Il faut aussi accepter qu'il n'existe pas une réponse universelle. Certains biens ne méritent pas d'être rénovés parce que la structure technique est mauvaise, la copropriété trop lente ou la valeur de marché insuffisante après travaux. D'autres sont au contraire de très bons candidats parce qu'une intervention cohérente transforme un actif bloqué en bien de nouveau exploitable. Ce tri ne se fait pas au doigt mouillé. Il se fait en comparant trois chiffres: coût travaux net, valeur de vente actuelle, valeur probable après travaux.

Si vous êtes encore dans le flou, n'allez pas directement vers des devis au hasard. Faites d'abord tourner le scénario avec vos données réelles. Lancez une démo gratuite, revenez à la page d'accueil pour entrer votre DPE, puis comparez ensuite avec votre estimation de vente. C'est la séquence la plus propre pour sortir du débat abstrait et prendre une décision patrimoniale exploitable.

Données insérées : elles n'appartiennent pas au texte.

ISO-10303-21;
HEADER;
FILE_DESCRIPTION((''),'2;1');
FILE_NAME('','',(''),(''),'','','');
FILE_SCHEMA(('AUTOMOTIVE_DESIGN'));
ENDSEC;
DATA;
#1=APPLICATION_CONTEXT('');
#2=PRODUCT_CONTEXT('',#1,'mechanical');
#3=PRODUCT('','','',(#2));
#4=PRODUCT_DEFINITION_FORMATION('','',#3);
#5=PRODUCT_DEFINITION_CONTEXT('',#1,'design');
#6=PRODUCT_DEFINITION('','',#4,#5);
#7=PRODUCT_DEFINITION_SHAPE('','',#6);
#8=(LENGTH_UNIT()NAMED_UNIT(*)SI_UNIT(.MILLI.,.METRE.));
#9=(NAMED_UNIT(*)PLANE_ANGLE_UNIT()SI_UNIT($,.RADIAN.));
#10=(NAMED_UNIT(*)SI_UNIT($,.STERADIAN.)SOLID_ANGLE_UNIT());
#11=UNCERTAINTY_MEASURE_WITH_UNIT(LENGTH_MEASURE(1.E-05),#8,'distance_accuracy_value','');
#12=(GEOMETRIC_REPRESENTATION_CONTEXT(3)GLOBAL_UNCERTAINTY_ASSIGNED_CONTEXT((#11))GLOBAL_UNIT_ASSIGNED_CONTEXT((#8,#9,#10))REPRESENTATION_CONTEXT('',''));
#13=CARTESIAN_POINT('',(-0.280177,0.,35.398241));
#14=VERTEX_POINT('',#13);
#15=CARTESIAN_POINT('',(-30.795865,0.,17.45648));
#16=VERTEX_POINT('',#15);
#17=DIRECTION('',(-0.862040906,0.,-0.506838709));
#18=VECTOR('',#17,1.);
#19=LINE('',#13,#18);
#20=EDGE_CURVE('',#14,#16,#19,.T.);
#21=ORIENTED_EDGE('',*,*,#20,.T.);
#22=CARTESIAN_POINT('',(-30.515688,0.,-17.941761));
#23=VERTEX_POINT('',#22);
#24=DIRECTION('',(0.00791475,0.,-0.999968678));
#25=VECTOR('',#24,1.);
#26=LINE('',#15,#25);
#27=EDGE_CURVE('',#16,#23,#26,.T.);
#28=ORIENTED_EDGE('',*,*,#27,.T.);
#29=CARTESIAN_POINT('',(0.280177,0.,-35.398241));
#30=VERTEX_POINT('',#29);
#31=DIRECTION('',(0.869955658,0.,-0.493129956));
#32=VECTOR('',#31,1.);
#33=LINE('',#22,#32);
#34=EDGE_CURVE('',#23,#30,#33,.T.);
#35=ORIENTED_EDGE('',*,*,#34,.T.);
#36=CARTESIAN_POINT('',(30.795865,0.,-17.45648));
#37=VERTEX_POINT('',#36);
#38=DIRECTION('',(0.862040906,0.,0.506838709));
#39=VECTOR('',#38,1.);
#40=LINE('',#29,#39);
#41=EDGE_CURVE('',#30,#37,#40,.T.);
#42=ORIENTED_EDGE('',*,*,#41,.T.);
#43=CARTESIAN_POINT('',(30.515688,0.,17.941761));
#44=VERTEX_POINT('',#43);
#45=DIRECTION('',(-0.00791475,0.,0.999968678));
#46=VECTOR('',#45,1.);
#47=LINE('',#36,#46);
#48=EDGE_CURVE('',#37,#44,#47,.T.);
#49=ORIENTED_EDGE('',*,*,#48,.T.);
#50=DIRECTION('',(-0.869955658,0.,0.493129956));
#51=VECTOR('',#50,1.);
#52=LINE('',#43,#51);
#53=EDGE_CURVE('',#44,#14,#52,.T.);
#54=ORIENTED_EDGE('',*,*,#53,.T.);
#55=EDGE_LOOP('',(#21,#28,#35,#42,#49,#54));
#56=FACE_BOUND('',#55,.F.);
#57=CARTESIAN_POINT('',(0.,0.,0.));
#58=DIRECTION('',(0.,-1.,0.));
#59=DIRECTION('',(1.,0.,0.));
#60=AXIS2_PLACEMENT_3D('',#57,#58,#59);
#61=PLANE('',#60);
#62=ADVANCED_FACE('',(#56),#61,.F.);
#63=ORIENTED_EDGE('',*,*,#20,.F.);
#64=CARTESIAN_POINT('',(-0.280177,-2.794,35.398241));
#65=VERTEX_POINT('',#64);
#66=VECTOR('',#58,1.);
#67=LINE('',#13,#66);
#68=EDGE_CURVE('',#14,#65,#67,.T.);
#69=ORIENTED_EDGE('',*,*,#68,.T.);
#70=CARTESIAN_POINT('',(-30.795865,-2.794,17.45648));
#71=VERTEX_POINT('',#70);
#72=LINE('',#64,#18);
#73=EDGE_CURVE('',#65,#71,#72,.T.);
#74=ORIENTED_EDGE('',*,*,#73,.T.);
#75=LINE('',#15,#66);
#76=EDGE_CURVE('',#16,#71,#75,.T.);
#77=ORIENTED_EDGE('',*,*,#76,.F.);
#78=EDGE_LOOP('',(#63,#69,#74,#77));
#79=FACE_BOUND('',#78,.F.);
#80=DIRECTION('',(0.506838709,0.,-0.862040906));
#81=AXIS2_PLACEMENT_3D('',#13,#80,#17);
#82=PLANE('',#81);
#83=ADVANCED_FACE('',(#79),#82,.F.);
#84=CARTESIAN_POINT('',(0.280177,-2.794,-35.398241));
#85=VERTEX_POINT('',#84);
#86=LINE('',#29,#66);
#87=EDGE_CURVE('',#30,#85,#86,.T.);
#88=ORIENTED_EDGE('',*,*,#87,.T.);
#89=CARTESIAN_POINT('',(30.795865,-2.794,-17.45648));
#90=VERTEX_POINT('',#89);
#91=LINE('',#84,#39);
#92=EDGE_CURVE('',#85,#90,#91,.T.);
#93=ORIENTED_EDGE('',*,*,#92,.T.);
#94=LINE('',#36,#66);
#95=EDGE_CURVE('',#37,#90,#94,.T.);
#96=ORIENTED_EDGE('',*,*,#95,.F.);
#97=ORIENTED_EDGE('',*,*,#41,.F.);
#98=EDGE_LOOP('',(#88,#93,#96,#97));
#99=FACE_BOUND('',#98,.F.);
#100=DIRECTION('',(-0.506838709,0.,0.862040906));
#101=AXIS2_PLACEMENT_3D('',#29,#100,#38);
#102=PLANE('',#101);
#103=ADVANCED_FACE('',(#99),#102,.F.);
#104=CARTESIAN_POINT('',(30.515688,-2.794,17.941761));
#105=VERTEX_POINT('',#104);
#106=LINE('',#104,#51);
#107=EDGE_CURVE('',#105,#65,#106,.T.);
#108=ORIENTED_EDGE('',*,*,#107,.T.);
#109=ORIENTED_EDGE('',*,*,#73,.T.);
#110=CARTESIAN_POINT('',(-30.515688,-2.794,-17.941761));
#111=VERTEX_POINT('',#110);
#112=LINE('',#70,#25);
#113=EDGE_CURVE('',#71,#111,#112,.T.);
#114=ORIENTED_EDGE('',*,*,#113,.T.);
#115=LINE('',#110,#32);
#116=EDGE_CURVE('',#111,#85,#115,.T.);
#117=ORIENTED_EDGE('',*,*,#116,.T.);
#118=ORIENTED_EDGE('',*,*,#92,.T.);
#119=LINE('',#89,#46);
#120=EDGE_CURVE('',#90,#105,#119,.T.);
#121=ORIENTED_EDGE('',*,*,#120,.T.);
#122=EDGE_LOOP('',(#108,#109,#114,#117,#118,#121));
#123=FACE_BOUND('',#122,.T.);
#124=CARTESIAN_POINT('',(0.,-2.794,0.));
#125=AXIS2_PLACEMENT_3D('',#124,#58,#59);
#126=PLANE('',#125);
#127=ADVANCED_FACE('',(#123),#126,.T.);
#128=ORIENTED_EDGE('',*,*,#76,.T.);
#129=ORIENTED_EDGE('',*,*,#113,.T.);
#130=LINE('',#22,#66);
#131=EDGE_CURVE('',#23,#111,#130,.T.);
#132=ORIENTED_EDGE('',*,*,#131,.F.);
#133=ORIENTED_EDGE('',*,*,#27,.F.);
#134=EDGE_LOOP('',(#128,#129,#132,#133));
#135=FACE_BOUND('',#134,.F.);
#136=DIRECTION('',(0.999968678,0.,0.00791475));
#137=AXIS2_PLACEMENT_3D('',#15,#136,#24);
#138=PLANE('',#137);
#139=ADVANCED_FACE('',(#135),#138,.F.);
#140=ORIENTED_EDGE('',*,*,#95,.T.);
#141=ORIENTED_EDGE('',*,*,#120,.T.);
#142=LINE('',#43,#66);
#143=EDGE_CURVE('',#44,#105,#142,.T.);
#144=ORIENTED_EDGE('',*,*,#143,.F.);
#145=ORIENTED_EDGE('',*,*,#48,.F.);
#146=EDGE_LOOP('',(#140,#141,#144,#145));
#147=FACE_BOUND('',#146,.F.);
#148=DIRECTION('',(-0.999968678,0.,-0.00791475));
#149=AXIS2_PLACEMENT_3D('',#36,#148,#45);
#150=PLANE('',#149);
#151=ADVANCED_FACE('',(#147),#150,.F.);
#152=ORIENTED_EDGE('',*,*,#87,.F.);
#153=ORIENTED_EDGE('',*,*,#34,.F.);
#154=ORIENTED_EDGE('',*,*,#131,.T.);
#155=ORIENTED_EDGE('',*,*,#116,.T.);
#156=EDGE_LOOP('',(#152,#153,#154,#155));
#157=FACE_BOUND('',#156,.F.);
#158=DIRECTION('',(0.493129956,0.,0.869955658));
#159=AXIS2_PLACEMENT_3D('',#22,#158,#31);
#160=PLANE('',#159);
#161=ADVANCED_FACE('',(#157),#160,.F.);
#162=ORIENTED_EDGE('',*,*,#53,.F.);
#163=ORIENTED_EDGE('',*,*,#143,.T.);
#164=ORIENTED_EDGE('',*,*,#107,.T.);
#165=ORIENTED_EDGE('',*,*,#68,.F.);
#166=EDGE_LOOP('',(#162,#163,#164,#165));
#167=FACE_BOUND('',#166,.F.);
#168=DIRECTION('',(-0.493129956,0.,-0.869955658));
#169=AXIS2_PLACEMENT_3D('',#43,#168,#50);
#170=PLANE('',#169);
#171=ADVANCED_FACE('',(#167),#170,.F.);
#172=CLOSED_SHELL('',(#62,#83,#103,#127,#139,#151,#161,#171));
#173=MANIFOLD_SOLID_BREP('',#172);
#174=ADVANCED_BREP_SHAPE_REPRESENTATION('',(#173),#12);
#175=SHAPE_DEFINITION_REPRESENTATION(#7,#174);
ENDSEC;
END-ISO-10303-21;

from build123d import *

# Parameters (mm, degrees)
F0_R     = 13.650636
F1_DEPTH = 2.794


with BuildPart() as f1:
    # F0 (on Front) → F1 (new body)
    with BuildSketch(Plane.XZ):
        Polygon((30.515688, 17.941761), (-0.280177, 35.398241), (-30.795865, 17.45648), (-30.515688, -17.941761), (0.280177, -35.398241), (30.795865, -17.45648), align=None)
        Circle(F0_R, mode=Mode.SUBTRACT)
        Circle(F0_R)
    extrude(amount=F1_DEPTH)


solid = f1.part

Repères simples pour arbitrer entre vente immédiate et rénovation.
SituationDécision souvent logiquePourquoi
Horizon court, trésorerie faible, chantier lourdVendreVous évitez d'immobiliser du capital sur un ROI trop lent.
Horizon long, bien bien situé, travaux pilotablesRénoverLa valeur récupérée et la sécurisation réglementaire compensent mieux l'effort.
Copropriété bloquante ou technique défavorableVendre ou rénover au strict minimumLe risque d'un chantier incomplet devient trop élevé.

Passez d'un DPE abstrait à des chiffres exploitables

Le vrai danger avec un logement classé G est de décider trop tard ou trop vite. Trop tard, vous subissez la réglementation et la négociation. Trop vite, vous signez des devis qui ne répondent pas à la bonne question. Avant d'arbitrer, il vous faut une estimation claire du coût de sortie de G, des postes prioritaires et de l'écart entre rénovation et revente.

C'est exactement l'usage de DPEScan. Vous partez de votre DPE, vous visualisez les travaux qui pèsent réellement dans la note, et vous obtenez une base chiffrée pour comparer les scénarios. Ensuite seulement, vous choisissez entre vente, rénovation ciblée ou chantier plus ambitieux. Si vous avez déjà un diagnostic sous la main, testez la démo maintenant, ou relancez une première estimation depuis l'accueil.

Analysez votre DPE gratuitement avec DPEScan pour avoir les chiffres exacts. C'est la façon la plus simple d'éviter un mauvais arbitrage entre un devis trop cher et une vente trop décotée.

Questions fréquentes

Peut-on encore vendre un logement classé G en 2025 ?

Oui. Le bien reste parfaitement vendable. En revanche, le classement G est désormais très visible dans la négociation et se traduit souvent par une décote plus forte qu'avant, surtout si l'acquéreur intègre déjà le coût des travaux.

À partir de quel montant de travaux vaut-il mieux vendre ?

Il n'existe pas de seuil universel. Il faut comparer le reste à charge réel des travaux à la décote probable si vous vendez aujourd'hui, puis intégrer votre horizon de détention et le coût du financement. Quand le chantier lourd dépasse la valeur récupérable à moyen terme, la vente devient souvent plus rationnelle.

Faut-il viser seulement la sortie de G ou directement la classe E ?

Si vous gardez le bien plusieurs années, viser seulement F est souvent trop court puisque la classe F sera concernée à son tour. Dès que le budget le permet, viser E rend la décision plus durable.